→ AIM OF THE EXERCISE
In the entries below, the lines from the one with "#101=ORIENTED_EDGE('',*,*,#100,.F.);" through the one with "#109=ORIENTED_EDGE('',*,*,#50,.T.);" are to be copied exactly; both ends count.

[SOURCE DATA]

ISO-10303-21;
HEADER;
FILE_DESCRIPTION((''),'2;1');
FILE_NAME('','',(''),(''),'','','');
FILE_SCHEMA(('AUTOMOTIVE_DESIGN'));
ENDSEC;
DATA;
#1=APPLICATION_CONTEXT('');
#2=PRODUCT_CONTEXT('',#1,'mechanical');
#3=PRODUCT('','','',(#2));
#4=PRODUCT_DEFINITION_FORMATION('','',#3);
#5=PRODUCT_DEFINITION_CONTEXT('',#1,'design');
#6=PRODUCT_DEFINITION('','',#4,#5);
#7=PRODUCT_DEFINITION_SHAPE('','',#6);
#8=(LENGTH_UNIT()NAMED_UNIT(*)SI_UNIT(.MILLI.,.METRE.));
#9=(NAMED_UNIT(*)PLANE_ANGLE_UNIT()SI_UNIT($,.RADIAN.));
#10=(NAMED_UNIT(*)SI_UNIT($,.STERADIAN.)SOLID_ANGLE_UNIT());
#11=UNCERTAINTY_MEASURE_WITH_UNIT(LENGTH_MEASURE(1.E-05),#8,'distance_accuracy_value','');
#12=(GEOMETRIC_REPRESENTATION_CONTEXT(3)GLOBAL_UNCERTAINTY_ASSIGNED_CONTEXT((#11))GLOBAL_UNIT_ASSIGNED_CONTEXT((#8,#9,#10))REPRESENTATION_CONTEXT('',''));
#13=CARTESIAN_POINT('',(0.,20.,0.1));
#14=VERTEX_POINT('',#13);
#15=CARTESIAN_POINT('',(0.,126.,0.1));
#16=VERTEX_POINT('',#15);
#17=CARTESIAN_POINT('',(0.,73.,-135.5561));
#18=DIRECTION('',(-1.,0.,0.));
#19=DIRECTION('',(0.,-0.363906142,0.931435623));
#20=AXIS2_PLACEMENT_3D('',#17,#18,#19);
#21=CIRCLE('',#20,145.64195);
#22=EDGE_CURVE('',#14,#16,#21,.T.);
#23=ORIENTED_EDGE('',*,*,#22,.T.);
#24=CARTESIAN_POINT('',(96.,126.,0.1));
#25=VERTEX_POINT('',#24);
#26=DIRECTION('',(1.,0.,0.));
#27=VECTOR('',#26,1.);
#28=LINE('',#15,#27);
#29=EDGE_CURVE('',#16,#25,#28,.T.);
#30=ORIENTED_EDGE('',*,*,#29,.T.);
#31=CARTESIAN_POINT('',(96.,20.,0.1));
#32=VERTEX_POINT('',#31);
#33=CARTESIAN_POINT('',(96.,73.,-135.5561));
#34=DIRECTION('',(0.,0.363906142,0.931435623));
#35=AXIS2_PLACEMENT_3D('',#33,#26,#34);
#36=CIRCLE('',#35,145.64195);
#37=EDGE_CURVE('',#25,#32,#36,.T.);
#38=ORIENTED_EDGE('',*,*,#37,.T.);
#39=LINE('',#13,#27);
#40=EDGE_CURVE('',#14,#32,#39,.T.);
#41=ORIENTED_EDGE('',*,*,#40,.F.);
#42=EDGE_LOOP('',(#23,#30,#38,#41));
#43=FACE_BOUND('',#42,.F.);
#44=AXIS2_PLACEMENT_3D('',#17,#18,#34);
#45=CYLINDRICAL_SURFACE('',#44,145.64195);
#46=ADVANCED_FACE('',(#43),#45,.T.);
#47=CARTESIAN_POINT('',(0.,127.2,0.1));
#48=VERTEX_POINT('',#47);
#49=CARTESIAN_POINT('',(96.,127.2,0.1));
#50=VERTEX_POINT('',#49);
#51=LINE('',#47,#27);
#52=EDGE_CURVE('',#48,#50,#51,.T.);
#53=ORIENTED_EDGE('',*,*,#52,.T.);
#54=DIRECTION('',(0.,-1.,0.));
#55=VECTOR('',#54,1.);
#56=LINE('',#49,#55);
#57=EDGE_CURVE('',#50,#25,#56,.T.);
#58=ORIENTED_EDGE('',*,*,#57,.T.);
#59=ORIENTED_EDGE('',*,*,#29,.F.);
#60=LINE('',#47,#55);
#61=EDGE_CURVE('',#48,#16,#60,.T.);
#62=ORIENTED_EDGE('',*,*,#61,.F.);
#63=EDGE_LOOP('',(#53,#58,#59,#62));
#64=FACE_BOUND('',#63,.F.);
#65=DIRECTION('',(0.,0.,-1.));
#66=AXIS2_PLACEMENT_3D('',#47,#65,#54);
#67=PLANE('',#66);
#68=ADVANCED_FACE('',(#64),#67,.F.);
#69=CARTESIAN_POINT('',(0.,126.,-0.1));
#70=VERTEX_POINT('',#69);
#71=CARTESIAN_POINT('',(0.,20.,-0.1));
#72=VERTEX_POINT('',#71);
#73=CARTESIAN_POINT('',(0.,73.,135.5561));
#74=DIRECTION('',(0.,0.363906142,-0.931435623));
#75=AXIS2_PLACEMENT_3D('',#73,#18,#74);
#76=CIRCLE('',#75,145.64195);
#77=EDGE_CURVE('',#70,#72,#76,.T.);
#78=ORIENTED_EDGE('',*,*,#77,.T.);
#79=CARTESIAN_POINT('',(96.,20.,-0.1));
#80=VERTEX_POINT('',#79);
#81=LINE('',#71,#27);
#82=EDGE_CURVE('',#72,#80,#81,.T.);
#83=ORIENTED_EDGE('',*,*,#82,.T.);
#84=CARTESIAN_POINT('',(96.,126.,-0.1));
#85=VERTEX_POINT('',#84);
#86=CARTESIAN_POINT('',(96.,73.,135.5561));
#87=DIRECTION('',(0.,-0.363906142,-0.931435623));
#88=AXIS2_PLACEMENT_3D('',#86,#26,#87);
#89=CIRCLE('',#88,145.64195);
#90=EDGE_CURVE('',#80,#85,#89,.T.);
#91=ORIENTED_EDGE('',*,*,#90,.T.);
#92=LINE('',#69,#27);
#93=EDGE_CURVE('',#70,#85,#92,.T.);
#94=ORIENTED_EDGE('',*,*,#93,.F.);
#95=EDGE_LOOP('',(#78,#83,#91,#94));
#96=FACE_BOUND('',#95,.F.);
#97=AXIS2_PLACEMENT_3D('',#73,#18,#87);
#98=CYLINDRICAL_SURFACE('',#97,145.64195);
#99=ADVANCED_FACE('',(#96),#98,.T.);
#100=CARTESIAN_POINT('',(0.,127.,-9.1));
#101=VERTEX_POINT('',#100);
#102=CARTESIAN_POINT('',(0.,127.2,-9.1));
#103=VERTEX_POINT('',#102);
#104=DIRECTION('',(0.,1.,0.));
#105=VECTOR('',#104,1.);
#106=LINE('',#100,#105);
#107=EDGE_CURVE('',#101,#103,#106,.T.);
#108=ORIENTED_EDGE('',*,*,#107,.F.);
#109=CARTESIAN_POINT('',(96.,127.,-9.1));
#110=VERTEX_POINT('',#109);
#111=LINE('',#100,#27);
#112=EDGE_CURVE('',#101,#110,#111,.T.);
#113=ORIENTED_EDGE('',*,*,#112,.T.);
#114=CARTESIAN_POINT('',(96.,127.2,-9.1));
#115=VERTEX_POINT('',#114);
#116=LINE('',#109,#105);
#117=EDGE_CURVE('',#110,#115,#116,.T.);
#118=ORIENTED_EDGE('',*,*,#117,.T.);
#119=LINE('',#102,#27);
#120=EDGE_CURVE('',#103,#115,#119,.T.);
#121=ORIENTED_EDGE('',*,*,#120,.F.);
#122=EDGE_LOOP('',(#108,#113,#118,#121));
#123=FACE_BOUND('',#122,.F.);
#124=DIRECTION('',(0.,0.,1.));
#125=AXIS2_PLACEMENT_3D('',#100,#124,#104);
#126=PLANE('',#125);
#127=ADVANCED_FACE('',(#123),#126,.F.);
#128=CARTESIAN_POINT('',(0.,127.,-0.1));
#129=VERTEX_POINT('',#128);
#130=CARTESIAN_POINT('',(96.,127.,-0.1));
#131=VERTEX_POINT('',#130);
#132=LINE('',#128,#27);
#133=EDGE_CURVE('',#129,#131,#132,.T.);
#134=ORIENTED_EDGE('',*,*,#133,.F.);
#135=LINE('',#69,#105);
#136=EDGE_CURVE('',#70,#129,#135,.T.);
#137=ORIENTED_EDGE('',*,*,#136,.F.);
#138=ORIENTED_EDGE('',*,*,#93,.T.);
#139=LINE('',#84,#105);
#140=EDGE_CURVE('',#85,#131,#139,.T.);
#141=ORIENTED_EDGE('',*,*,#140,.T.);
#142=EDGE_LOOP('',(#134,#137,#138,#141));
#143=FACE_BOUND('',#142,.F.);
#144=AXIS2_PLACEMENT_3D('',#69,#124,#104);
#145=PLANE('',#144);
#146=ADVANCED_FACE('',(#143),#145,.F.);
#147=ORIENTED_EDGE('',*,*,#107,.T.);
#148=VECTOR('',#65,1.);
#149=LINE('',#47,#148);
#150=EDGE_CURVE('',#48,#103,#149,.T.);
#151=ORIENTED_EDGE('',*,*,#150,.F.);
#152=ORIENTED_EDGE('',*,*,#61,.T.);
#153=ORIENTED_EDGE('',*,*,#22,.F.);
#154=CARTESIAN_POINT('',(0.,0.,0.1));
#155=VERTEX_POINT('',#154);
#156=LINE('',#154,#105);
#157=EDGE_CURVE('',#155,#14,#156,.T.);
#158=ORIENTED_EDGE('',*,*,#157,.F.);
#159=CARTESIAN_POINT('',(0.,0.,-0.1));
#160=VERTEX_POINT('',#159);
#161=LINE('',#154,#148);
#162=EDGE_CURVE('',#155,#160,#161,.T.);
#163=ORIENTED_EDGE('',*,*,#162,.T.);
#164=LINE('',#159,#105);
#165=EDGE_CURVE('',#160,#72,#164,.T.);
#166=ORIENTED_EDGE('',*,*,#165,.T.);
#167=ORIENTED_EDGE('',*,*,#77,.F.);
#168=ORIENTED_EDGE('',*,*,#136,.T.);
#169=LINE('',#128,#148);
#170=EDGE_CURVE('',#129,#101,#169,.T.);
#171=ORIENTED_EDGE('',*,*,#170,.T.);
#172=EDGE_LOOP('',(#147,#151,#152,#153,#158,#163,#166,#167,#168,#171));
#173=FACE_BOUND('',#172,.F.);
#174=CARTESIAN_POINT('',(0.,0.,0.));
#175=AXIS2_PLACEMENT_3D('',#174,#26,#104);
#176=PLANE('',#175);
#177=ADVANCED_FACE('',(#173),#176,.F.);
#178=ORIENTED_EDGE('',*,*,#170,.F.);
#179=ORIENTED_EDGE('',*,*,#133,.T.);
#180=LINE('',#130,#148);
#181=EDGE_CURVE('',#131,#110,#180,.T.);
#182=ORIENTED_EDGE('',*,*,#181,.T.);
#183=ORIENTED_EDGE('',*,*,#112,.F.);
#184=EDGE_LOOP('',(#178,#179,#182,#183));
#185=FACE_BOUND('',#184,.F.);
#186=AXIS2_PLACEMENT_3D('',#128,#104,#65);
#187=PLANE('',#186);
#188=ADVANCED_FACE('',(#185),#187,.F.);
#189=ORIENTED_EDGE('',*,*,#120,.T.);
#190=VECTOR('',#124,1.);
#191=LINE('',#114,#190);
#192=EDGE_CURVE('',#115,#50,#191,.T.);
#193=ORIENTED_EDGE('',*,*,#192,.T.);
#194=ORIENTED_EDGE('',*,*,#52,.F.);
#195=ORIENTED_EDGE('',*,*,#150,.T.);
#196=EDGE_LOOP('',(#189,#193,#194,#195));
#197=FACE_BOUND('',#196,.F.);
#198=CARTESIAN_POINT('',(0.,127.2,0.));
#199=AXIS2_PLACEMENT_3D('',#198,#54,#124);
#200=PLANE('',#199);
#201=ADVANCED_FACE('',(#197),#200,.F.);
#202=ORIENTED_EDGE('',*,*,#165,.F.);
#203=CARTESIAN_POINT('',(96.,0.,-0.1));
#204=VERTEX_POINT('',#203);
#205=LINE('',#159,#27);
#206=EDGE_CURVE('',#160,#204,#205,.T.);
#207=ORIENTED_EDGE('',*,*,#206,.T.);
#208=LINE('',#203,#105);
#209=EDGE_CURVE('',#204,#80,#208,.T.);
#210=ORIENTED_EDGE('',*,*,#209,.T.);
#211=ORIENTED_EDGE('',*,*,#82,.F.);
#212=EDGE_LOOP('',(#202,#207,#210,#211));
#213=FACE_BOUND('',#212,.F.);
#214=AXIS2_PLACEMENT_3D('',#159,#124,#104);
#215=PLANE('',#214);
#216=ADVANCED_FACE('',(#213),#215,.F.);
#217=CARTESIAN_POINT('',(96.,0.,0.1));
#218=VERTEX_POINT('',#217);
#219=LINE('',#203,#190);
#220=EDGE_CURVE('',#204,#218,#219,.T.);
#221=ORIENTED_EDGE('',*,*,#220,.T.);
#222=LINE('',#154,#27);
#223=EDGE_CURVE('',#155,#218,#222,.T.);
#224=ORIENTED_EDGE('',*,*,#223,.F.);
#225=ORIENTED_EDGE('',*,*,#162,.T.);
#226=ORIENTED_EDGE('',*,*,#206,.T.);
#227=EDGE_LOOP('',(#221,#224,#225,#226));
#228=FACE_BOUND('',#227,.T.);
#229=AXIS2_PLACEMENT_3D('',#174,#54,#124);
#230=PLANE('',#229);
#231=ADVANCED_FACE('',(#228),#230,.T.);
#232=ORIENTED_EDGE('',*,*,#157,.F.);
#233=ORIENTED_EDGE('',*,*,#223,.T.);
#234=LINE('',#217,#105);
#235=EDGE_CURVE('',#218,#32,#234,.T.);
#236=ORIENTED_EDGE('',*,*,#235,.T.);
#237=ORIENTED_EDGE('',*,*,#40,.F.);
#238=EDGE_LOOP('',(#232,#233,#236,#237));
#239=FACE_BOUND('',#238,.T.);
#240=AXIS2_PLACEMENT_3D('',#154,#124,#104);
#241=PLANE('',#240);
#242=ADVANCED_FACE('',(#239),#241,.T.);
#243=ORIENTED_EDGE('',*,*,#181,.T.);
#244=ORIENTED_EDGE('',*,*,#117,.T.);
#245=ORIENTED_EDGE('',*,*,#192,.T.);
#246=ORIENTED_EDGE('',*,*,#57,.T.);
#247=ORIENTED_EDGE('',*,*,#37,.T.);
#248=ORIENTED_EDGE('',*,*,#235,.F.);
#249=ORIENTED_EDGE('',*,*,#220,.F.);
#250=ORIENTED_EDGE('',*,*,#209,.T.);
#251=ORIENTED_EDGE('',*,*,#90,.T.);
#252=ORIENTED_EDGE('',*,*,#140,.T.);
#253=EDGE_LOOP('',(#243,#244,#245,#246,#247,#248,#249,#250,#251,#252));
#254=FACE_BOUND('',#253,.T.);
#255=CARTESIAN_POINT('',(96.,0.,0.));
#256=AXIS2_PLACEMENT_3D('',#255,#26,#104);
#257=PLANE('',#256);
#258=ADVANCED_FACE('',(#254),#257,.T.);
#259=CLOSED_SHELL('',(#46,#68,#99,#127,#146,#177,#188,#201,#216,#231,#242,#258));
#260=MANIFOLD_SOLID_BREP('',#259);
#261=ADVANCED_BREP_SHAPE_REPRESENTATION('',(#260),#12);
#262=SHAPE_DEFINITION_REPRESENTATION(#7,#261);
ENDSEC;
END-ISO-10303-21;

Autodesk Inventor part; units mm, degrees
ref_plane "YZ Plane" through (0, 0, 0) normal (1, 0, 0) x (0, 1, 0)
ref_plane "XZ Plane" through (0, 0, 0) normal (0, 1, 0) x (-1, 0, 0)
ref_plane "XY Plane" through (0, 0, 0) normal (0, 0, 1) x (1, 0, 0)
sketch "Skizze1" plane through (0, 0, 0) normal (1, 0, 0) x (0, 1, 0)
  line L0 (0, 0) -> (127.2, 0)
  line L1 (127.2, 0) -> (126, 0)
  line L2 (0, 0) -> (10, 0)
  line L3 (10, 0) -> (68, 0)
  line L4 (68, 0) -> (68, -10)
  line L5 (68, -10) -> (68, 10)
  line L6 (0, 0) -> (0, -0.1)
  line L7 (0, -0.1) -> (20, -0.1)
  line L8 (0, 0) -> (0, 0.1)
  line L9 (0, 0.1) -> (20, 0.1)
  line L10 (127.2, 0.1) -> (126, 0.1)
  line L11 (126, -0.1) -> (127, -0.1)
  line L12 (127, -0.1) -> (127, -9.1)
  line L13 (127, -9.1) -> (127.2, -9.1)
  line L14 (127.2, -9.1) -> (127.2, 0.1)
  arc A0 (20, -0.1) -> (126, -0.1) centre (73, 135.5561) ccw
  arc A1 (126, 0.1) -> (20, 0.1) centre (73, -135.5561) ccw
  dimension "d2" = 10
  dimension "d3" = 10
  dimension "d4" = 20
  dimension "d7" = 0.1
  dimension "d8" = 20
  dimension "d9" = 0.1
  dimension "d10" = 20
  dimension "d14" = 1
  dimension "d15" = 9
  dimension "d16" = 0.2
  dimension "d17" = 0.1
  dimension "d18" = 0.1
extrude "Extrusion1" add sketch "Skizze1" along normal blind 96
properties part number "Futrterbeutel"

[/SOURCE DATA]
[SOURCE DATA]

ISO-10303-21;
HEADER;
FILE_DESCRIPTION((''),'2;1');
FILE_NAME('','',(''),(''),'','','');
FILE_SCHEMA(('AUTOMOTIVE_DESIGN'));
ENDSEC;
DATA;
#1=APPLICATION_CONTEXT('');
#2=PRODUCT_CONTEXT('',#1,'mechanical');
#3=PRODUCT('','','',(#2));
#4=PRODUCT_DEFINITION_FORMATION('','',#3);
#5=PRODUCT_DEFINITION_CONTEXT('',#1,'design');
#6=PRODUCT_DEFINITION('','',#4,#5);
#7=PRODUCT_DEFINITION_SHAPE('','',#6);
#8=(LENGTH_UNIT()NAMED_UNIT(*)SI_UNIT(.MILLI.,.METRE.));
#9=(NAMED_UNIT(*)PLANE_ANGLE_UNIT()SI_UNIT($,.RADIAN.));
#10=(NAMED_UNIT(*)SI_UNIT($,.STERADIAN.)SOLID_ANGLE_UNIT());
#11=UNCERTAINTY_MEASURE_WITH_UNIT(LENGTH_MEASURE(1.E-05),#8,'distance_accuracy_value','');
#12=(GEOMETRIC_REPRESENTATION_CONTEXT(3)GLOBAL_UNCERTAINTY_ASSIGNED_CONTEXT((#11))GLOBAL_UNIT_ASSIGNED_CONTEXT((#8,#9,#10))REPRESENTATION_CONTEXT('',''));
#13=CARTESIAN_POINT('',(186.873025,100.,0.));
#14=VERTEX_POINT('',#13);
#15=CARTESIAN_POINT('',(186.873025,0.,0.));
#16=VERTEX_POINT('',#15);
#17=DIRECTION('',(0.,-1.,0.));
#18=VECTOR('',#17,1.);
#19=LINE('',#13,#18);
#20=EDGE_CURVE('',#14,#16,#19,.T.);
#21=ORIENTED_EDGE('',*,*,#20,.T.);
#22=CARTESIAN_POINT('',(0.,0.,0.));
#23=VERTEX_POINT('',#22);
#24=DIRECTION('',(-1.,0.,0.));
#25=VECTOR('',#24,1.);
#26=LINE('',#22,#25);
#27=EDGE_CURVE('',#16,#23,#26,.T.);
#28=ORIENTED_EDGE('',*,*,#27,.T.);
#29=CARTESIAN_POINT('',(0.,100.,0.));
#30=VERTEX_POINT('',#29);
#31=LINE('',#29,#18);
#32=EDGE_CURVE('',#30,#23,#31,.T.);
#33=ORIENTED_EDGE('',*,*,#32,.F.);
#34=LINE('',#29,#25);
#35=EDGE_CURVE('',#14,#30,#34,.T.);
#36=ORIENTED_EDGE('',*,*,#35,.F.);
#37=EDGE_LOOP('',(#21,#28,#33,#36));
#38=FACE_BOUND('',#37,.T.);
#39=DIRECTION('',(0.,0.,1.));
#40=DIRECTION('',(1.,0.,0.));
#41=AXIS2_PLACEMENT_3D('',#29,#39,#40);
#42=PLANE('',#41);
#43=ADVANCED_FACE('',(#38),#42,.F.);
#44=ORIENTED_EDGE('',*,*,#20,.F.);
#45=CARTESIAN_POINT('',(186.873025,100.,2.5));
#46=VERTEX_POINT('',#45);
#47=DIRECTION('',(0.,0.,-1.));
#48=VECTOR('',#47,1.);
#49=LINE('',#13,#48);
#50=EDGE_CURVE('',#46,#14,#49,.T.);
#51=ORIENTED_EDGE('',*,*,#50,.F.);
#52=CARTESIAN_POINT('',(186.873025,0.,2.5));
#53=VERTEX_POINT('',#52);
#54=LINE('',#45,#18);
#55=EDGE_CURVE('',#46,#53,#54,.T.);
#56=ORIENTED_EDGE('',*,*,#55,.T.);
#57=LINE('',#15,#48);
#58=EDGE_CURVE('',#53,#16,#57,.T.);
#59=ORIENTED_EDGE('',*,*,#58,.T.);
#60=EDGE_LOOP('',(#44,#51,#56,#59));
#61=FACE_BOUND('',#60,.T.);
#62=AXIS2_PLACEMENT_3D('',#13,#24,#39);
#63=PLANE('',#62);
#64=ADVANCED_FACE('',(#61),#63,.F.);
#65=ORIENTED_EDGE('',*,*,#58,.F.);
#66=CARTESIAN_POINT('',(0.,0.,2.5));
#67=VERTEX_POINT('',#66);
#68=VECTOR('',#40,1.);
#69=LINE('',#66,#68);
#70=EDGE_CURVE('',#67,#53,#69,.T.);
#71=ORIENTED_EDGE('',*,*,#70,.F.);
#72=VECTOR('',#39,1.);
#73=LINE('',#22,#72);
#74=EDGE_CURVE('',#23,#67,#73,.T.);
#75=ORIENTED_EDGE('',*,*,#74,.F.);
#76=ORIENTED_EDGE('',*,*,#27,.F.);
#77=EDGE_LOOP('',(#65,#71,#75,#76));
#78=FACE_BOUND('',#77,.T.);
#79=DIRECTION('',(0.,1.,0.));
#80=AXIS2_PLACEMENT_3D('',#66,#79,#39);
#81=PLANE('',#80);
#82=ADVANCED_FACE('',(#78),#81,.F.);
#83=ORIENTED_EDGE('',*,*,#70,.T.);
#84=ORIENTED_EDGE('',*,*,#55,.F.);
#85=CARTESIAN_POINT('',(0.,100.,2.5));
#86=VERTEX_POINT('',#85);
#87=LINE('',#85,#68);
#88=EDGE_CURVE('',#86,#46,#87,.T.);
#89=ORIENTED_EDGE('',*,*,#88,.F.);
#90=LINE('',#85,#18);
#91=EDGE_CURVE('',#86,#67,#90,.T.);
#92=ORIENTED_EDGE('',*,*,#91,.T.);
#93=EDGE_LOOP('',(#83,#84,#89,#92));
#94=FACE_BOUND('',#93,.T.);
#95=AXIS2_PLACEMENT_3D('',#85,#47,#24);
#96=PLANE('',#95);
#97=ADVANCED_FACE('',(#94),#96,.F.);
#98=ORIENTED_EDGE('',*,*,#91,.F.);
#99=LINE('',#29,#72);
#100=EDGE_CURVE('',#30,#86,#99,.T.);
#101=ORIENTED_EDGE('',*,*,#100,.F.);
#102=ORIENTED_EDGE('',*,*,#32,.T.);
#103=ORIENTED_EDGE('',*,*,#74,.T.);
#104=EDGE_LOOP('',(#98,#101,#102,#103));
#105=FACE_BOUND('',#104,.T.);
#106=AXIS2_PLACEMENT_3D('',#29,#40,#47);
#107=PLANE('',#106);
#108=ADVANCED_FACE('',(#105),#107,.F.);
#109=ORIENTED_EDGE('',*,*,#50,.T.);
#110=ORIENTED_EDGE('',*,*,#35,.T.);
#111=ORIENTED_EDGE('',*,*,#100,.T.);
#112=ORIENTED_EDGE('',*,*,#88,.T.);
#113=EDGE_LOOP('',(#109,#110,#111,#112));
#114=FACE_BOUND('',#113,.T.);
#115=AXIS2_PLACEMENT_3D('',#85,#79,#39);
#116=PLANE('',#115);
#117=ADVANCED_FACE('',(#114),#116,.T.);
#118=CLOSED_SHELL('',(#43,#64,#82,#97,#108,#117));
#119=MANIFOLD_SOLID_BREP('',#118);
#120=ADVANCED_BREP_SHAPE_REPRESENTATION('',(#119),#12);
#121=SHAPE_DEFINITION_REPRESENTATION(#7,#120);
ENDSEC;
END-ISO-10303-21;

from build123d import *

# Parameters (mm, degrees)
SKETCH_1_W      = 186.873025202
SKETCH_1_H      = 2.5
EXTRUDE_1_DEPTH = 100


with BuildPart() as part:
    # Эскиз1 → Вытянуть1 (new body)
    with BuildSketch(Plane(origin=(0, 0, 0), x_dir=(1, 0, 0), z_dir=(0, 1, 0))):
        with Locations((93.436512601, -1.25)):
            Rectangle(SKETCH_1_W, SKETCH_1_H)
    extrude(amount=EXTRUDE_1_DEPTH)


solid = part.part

[/SOURCE DATA]

→ ANSWER FOR THIS EXERCISE
#101=ORIENTED_EDGE('',*,*,#100,.F.);
#102=ORIENTED_EDGE('',*,*,#32,.T.);
#103=ORIENTED_EDGE('',*,*,#74,.T.);
#104=EDGE_LOOP('',(#98,#101,#102,#103));
#105=FACE_BOUND('',#104,.T.);
#106=AXIS2_PLACEMENT_3D('',#29,#40,#47);
#107=PLANE('',#106);
#108=ADVANCED_FACE('',(#105),#107,.F.);
#109=ORIENTED_EDGE('',*,*,#50,.T.);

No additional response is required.